Но скоро Томми устал любоваться окрестностями, и я видел: ему становится страшно.

— Может, пойдешь ко мне в компаньоны? — предложил я.

Он сразу оживился и спросил: — А вы хорошо зарабатываете?

Но теперь «Маленький Нассау», постепенно остывая, начал спускаться, встречные воздушные потоки то и дело немилосердно встряхивали его. Беднягу Томми раскачивало из стороны в сторону, и один раз он сильно ударился о стенку аэростата. Губы его задрожали, и он опять заплакал. Я пробовал шутить, смеяться, но все понапрасну. Мужество покидало мальчика, и я с минуты на минуту ждал, что руки его разожмутся и он рухнет вниз.

Меня взяло отчаяние. И вдруг я вспомнил, что иной раз страх страхом вышибают. Я сурово сдвинул брови и крикнул:

— А ну, цепляйся покрепче за канат! Не то, когда спустимся, я тебя так отлуплю-своих не узнаешь! Понятно?

— Д-да-а, сэр, — прохныкал Томми, и я понял, что хитрость удалась. Я был к нему ближе, чем земля, и меня он боялся больше, чем падения.

— Тебе хорошо сидеть там, на мягком мешке, — болтал я, не давая ему опомниться. — Не то что мне на этой жесткой перекладине.

Тут ему пришла в голову такая мысль, что он даже забыл, как у него ноют пальцы.

— А когда вы будете прыгать?-спросил он. — Я хочу посмотреть, как вы прыгаете.

Пришлось мне его разочаровать: прыгать я не собирался.

— А в газете написано, что вы прыгнете! — заспорил Томми.

— Мало ли что, — сказал я. — Меня нынче лень одолела, посажу шар на землю — и ладно. Это мой шар, что хочу, то с ним и делаю. Да и все равно мы уже почти спустились.

И правда, мы были уже низко и быстро спускались. И тут мальчишка стал на меня наседать: мол, нехорошо обманывать людей, все ждут, чтоб я прыгнул, значит, надо прыгать. А я, в душе радуясь такому обороту дела, гнул свое и на все лады доказывал ему, будто имею полное право не прыгать; но вот мы пролетели над эвкалиптовой рощей и спустились к самой земле.

— Цепляйся крепче! — крикнул я и повис на руках на трапеции, чтобы спружинить ногами.

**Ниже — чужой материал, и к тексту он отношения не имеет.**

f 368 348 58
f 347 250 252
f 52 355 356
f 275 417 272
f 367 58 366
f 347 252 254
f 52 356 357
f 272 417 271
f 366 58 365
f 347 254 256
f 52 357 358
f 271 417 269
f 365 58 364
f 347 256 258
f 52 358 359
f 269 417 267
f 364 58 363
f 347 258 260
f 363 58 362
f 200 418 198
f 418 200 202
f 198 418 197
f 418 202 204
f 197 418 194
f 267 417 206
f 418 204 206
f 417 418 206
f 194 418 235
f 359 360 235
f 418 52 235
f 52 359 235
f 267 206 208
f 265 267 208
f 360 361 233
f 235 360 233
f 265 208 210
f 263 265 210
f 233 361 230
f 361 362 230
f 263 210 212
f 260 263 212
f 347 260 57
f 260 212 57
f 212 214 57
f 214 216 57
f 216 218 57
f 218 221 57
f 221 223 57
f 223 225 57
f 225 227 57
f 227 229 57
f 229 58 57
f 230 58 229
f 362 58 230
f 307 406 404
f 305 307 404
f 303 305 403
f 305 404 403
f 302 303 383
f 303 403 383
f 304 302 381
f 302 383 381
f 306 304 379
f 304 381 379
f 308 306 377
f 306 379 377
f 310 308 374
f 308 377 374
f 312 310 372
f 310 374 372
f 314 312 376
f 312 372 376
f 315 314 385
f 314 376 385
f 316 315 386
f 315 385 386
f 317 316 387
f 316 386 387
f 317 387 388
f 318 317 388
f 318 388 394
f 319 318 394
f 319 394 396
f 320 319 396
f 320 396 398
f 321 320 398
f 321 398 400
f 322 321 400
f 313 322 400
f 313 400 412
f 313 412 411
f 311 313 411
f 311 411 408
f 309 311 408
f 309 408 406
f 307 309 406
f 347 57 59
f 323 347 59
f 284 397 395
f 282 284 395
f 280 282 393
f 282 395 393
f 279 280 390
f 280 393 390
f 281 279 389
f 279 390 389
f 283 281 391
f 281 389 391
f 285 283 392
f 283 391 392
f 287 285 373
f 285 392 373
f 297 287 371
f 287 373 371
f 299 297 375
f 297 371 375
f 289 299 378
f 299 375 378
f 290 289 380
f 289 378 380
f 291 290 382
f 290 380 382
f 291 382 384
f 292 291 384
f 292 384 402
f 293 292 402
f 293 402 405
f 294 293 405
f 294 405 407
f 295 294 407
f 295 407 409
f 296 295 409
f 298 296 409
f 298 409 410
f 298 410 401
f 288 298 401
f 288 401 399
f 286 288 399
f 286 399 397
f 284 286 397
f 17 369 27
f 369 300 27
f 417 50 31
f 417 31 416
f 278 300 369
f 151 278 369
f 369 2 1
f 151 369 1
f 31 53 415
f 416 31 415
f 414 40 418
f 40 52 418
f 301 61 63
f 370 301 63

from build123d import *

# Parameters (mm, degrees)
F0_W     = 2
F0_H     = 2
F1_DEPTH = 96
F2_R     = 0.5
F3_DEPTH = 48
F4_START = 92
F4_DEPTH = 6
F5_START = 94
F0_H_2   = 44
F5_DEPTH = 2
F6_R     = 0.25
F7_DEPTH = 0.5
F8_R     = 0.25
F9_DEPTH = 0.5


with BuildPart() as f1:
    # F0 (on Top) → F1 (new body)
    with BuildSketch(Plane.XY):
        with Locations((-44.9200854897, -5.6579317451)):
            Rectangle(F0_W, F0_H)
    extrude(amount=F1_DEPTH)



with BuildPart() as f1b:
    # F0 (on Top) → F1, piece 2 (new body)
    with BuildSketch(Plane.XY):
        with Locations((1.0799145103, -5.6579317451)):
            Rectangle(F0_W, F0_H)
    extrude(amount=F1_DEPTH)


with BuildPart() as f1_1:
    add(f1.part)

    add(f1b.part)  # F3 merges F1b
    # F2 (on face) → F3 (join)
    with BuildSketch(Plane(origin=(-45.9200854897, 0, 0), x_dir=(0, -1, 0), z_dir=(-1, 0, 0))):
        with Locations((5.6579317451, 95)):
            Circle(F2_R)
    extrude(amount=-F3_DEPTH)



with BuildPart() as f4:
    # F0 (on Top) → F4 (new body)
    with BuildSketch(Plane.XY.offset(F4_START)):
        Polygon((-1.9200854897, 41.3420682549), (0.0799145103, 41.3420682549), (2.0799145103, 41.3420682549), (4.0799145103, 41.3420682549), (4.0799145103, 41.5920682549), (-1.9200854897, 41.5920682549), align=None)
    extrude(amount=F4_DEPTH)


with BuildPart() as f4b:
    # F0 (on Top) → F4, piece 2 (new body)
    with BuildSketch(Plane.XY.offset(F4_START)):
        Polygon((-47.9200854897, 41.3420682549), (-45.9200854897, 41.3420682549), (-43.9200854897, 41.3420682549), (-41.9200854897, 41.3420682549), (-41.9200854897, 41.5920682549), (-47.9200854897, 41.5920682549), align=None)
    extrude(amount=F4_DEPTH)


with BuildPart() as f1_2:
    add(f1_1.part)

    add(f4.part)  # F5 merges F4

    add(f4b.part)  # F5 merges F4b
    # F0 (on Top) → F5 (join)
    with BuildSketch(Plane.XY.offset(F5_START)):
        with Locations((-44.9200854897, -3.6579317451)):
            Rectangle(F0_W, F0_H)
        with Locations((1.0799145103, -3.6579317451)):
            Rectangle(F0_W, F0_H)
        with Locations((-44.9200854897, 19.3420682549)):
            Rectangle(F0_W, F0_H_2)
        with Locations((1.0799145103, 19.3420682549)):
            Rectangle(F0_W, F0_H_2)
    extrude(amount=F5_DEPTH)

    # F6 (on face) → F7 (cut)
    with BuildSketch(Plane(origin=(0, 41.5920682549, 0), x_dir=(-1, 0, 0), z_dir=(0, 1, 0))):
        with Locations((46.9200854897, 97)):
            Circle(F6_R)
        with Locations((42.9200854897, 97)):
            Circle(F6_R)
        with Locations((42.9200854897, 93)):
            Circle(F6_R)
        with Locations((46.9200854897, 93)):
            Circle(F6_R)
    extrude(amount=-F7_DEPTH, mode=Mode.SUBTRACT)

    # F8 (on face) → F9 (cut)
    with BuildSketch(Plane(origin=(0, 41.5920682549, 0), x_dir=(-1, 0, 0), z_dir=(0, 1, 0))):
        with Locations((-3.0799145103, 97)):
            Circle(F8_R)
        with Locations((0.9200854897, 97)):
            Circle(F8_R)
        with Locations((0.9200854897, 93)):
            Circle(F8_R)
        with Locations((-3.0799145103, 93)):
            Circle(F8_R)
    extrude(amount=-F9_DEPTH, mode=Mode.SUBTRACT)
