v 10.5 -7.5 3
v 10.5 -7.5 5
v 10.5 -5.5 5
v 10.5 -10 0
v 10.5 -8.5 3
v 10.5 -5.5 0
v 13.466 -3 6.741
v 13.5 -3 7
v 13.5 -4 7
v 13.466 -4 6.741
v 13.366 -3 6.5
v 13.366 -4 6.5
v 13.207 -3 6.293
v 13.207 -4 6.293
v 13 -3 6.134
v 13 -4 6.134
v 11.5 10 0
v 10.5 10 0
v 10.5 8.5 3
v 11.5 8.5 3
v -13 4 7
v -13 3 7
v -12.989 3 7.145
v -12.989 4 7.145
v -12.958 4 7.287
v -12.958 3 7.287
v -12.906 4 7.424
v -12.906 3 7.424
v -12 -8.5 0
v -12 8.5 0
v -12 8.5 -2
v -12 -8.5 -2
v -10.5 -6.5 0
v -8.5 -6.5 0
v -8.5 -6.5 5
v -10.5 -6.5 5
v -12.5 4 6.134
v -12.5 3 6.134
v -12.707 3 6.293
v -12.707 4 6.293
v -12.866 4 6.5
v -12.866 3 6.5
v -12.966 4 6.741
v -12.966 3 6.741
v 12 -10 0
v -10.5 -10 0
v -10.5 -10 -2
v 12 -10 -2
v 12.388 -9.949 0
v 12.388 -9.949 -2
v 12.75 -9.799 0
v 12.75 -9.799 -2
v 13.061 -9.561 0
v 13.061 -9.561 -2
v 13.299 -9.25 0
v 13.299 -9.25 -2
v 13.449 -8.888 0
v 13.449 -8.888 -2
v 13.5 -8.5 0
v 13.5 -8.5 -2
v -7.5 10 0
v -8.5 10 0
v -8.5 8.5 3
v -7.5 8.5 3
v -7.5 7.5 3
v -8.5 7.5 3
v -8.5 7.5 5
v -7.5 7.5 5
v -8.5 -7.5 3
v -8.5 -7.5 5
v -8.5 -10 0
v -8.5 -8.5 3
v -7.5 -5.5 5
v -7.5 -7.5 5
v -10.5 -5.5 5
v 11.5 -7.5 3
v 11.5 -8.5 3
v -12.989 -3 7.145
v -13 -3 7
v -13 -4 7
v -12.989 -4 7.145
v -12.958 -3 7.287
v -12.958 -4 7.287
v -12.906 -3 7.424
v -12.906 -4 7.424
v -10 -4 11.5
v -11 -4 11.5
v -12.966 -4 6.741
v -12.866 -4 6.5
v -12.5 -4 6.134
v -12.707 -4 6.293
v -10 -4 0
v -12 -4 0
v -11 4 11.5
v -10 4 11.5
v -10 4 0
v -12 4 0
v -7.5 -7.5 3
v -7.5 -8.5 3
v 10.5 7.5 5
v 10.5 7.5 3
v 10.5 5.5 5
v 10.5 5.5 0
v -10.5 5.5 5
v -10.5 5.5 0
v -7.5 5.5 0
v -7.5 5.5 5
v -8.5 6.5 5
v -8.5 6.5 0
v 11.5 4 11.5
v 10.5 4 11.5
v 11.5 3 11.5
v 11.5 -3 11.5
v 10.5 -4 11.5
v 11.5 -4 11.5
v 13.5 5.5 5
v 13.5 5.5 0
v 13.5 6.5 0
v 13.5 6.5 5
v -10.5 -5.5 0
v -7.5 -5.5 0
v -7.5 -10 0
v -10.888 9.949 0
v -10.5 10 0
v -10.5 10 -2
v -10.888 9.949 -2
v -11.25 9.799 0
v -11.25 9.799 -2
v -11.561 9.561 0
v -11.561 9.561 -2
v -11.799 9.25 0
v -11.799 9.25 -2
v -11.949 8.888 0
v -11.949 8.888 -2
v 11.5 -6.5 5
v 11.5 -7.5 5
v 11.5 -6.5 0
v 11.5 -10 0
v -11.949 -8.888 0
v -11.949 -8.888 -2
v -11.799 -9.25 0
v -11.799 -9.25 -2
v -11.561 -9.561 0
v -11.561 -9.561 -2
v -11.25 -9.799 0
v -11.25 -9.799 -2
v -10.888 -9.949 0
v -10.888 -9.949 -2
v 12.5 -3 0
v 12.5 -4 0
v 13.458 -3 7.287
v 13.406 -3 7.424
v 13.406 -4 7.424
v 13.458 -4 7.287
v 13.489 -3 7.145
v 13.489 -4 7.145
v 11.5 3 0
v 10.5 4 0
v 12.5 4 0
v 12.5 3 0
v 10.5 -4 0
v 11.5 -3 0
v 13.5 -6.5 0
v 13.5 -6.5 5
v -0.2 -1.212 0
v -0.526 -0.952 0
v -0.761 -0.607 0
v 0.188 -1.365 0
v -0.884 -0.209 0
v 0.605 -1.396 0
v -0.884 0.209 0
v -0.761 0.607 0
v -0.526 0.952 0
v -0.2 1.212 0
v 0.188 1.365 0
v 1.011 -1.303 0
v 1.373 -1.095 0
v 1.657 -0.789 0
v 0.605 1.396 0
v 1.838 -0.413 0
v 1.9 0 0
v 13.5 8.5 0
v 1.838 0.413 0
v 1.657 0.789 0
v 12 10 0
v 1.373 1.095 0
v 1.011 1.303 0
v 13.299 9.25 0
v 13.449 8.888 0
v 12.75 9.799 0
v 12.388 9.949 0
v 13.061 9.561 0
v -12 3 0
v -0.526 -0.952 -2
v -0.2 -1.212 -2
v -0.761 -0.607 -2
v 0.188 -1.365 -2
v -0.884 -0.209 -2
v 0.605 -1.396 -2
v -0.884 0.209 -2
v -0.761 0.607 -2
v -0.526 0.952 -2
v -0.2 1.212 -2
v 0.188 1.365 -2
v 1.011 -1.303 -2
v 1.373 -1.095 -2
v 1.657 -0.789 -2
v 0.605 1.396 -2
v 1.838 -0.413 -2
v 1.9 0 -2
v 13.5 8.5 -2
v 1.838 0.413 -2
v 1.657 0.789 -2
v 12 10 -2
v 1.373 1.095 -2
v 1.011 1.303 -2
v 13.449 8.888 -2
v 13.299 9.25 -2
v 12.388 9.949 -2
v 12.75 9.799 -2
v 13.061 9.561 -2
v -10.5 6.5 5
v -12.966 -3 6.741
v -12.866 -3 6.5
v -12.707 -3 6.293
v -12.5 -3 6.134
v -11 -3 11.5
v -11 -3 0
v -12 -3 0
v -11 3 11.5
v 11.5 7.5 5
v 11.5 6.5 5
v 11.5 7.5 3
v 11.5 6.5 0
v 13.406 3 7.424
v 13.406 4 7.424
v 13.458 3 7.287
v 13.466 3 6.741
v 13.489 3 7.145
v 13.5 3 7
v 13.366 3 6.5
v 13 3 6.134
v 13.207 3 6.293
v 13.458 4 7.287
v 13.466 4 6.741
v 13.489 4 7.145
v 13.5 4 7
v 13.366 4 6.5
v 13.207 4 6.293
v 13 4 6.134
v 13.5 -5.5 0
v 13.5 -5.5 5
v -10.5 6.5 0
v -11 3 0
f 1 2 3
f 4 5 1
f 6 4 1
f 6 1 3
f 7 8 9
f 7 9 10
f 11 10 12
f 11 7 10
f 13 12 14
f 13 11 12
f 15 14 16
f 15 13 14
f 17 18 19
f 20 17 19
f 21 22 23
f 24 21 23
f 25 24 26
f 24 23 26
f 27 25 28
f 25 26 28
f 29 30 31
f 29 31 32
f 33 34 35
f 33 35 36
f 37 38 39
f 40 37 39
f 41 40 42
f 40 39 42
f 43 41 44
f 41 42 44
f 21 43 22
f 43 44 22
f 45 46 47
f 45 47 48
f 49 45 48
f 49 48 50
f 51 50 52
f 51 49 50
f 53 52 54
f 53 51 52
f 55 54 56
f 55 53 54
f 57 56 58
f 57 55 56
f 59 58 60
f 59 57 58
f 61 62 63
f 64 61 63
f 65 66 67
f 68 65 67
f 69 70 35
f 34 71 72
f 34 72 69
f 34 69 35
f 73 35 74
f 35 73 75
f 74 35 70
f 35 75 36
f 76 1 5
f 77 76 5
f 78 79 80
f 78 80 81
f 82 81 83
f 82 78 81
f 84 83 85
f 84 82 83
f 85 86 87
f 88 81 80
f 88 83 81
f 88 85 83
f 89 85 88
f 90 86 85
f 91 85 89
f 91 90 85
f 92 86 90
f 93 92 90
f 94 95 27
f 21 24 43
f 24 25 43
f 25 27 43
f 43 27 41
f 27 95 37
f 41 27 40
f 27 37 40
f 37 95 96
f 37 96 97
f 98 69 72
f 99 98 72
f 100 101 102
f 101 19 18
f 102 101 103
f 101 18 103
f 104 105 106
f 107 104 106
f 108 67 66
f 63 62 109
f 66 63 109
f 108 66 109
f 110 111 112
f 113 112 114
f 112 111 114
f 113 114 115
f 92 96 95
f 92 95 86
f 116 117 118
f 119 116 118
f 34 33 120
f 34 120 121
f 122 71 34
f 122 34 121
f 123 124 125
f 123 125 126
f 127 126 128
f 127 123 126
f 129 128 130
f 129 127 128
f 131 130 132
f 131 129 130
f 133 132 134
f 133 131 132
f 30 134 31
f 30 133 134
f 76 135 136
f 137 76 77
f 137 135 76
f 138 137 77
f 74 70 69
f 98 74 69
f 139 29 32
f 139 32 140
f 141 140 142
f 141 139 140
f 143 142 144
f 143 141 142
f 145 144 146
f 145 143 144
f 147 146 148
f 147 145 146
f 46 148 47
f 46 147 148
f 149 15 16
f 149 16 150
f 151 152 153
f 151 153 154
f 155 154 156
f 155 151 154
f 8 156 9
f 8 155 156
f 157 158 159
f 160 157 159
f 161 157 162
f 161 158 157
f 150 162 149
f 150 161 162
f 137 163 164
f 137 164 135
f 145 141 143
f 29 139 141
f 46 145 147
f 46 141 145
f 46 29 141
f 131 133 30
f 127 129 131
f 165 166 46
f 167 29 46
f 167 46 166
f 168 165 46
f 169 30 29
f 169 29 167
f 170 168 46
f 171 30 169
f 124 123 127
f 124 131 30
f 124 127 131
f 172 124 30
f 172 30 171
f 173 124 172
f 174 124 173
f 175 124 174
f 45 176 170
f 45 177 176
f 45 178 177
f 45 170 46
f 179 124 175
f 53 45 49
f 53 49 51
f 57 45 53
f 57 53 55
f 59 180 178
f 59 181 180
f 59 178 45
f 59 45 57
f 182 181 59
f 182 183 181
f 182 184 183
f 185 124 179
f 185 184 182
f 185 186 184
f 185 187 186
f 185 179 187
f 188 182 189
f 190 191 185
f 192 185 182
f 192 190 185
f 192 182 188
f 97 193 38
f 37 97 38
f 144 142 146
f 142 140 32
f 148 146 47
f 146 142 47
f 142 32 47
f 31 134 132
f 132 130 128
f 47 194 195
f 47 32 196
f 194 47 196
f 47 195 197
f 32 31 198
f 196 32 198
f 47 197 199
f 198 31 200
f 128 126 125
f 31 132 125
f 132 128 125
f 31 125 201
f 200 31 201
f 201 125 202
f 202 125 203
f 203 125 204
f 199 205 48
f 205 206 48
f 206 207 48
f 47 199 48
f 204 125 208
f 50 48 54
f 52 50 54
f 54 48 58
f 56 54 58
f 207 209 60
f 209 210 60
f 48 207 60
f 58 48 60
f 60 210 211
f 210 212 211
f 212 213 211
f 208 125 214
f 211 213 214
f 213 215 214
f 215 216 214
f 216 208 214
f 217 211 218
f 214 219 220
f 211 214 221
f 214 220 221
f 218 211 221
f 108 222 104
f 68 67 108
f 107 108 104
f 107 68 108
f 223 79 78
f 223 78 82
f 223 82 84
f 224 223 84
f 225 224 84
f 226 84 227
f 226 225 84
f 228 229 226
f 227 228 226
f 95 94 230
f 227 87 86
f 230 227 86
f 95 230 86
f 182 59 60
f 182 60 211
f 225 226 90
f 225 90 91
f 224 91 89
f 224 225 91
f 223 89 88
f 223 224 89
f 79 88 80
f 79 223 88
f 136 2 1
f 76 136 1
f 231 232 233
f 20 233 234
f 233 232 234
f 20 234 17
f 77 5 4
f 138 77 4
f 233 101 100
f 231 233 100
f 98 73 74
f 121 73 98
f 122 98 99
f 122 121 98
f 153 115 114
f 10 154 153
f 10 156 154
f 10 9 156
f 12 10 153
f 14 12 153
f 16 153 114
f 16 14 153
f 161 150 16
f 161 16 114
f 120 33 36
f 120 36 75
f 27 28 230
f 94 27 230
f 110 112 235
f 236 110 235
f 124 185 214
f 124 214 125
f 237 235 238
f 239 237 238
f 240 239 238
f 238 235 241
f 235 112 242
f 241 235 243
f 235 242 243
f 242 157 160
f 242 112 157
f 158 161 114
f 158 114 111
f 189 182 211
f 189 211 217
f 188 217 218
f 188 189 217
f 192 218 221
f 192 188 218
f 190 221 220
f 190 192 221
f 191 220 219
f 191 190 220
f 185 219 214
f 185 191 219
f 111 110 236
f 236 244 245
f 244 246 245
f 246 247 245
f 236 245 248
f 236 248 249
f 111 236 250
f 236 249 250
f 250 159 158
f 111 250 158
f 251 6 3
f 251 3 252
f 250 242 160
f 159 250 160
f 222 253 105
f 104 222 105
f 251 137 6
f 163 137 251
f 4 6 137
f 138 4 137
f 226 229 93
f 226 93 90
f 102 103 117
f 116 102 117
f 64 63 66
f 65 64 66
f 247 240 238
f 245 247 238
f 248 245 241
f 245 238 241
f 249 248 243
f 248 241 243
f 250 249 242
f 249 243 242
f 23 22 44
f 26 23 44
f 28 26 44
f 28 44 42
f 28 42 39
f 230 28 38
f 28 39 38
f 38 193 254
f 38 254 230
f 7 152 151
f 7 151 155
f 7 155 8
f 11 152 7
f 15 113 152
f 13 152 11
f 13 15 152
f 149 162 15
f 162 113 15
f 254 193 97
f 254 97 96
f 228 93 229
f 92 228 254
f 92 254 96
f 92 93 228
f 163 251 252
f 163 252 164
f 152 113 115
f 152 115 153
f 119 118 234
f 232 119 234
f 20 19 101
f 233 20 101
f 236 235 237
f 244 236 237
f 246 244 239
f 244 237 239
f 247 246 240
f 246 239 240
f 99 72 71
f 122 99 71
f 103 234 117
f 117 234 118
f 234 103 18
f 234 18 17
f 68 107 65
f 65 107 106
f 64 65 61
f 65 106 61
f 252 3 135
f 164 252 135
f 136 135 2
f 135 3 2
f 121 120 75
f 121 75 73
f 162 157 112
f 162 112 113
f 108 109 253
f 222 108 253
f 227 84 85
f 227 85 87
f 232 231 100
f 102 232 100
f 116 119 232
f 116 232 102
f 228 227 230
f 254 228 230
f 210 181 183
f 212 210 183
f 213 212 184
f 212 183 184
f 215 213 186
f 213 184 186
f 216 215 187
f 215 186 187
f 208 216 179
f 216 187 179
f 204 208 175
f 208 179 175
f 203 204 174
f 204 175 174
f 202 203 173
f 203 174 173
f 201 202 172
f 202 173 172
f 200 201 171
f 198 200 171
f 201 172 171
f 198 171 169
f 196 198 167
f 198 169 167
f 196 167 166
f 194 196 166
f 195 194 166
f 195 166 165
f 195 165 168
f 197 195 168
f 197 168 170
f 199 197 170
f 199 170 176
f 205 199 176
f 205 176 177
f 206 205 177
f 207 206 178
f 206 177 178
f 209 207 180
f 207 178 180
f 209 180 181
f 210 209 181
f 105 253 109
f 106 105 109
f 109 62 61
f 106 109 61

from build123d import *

# Parameters (mm, degrees)
F1_DEPTH  = 11.5
F3_DEPTH  = 1
F5_W      = 4.5
F5_H      = 6.5
F6_DEPTH  = 28.13
F8_DEPTH  = 22.001
F10_DEPTH = 22.001
F11_R     = 1.4
F12_DEPTH = 2


with BuildPart() as f1:
    # F0 (on Top) → F1 (new body)
    with BuildSketch(Plane.XY):
        Polygon((-7.5, 5.5), (-7.5, 10), (-8.5, 10), (-8.5, 6.5), (-10.5, 6.5), (-10.5, 5.5), align=None)
        Polygon((-10, 4), (-13, 4), (-13, 3), (-11, 3), (-11, 0), (-10, 0), align=None)
        Polygon((11.5, 10), (10.5, 10), (10.5, 5.5), (13.5, 5.5), (13.5, 6.5), (11.5, 6.5), align=None)
        Polygon((13.5, 4), (10.5, 4), (10.5, 0), (11.5, 0), (11.5, 3), (13.5, 3), align=None)
    extrude(amount=F1_DEPTH)

    # F2 (on face) → F3 (cut, through all)
    with BuildSketch(Plane.XZ.offset(-3)):
        with BuildLine():
            ThreePointArc((-13, 7), (-12.976187, 7.21693), (-12.905882, 7.423529))
            Line((-12.905882, 7.423529), (-11, 11.5))
            Line((-11, 11.5), (-13, 11.5))
            Line((-13, 11.5), (-13, 7))
        make_face()
        with BuildLine():
            ThreePointArc((-12.5, 6.133975), (-12.866025, 6.5), (-13, 7))
            Line((-13, 7), (-13, 0))
            Line((-13, 0), (-12, 0))
            Line((-12, 0), (-12.5, 6.133975))
        make_face()
        with BuildLine():
            Line((11.5, 11.5), (13.405882, 7.423529))
            ThreePointArc((13.405882, 7.423529), (13.476187, 7.21693), (13.5, 7))
            Line((13.5, 7), (13.5, 11.5))
            Line((13.5, 11.5), (11.5, 11.5))
        make_face()
        with BuildLine():
            Line((13.5, 0), (13.5, 7))
            ThreePointArc((13.5, 7), (13.366025, 6.5), (13, 6.133975))
            Line((13, 6.133975), (12.5, 0))
            Line((12.5, 0), (13.5, 0))
        make_face()
    extrude(amount=-F3_DEPTH, mode=Mode.SUBTRACT)

    # F4: F1 across plane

Мы пронеслись над сараем, едва не задели веревку, на которой сушилось белье, распугали кур на каком-то дворе, перемахнули через стог сена — все куда быстрей, чем я сейчас рассказываю. Наконец мы опустились в чей-то фруктовый сад, ноги мои коснулись земли и, несколько раз обернув трапецию вокруг ствола ближайшей яблони, я остановил аэростат.

Однажды мой аэростат загорелся в воздухе; в другой раз я зацепился и повис на карнизе десятиэтажного дома; случилось мне камнем падать шестьсот футов, когда не раскрылся вовремя парашют; но никогда еще я не чувствовал такой слабости, никогда у меня так не кружилась голова и не подкашивались ноги, как в минуту, когда я, шатаясь, подошел к этому мальчишке, целому и невредимому, без единой царапинки, и схватил его за плечо.

— Томми Дирмот, — сказал я, кое-как совладав с собой. — Томми Дирмот, сейчас я тебя разложу и задам тебе такую трепку, какой еще никогда с сотворения мира ни одному мальчишке не задавали!

— Нет, не зададите! — сказал он, вырываясь у меня из рук.-Вы говорили, что не станете меня бить, если я буду крепко цепляться.

— Верно, говорил. Но все равно я тебя отлуплю. На воздушных шарах летает народ самый что ни на есть дрянной и непутевый, и ты себе заруби на носу: от таких надо держаться подальше и от воздушных шаров тоже.

И я действительно выдрал его на совесть. Не знаю, как другим мальчишкам, а ему, уж наверно, сроду так не доставалось.

А у меня после этого случая всякое мужество пропало. Я расторг контракт с Оклендской трамвайной компанией и потом стал летать на водородных аэростатах. Это все-таки спокойнее.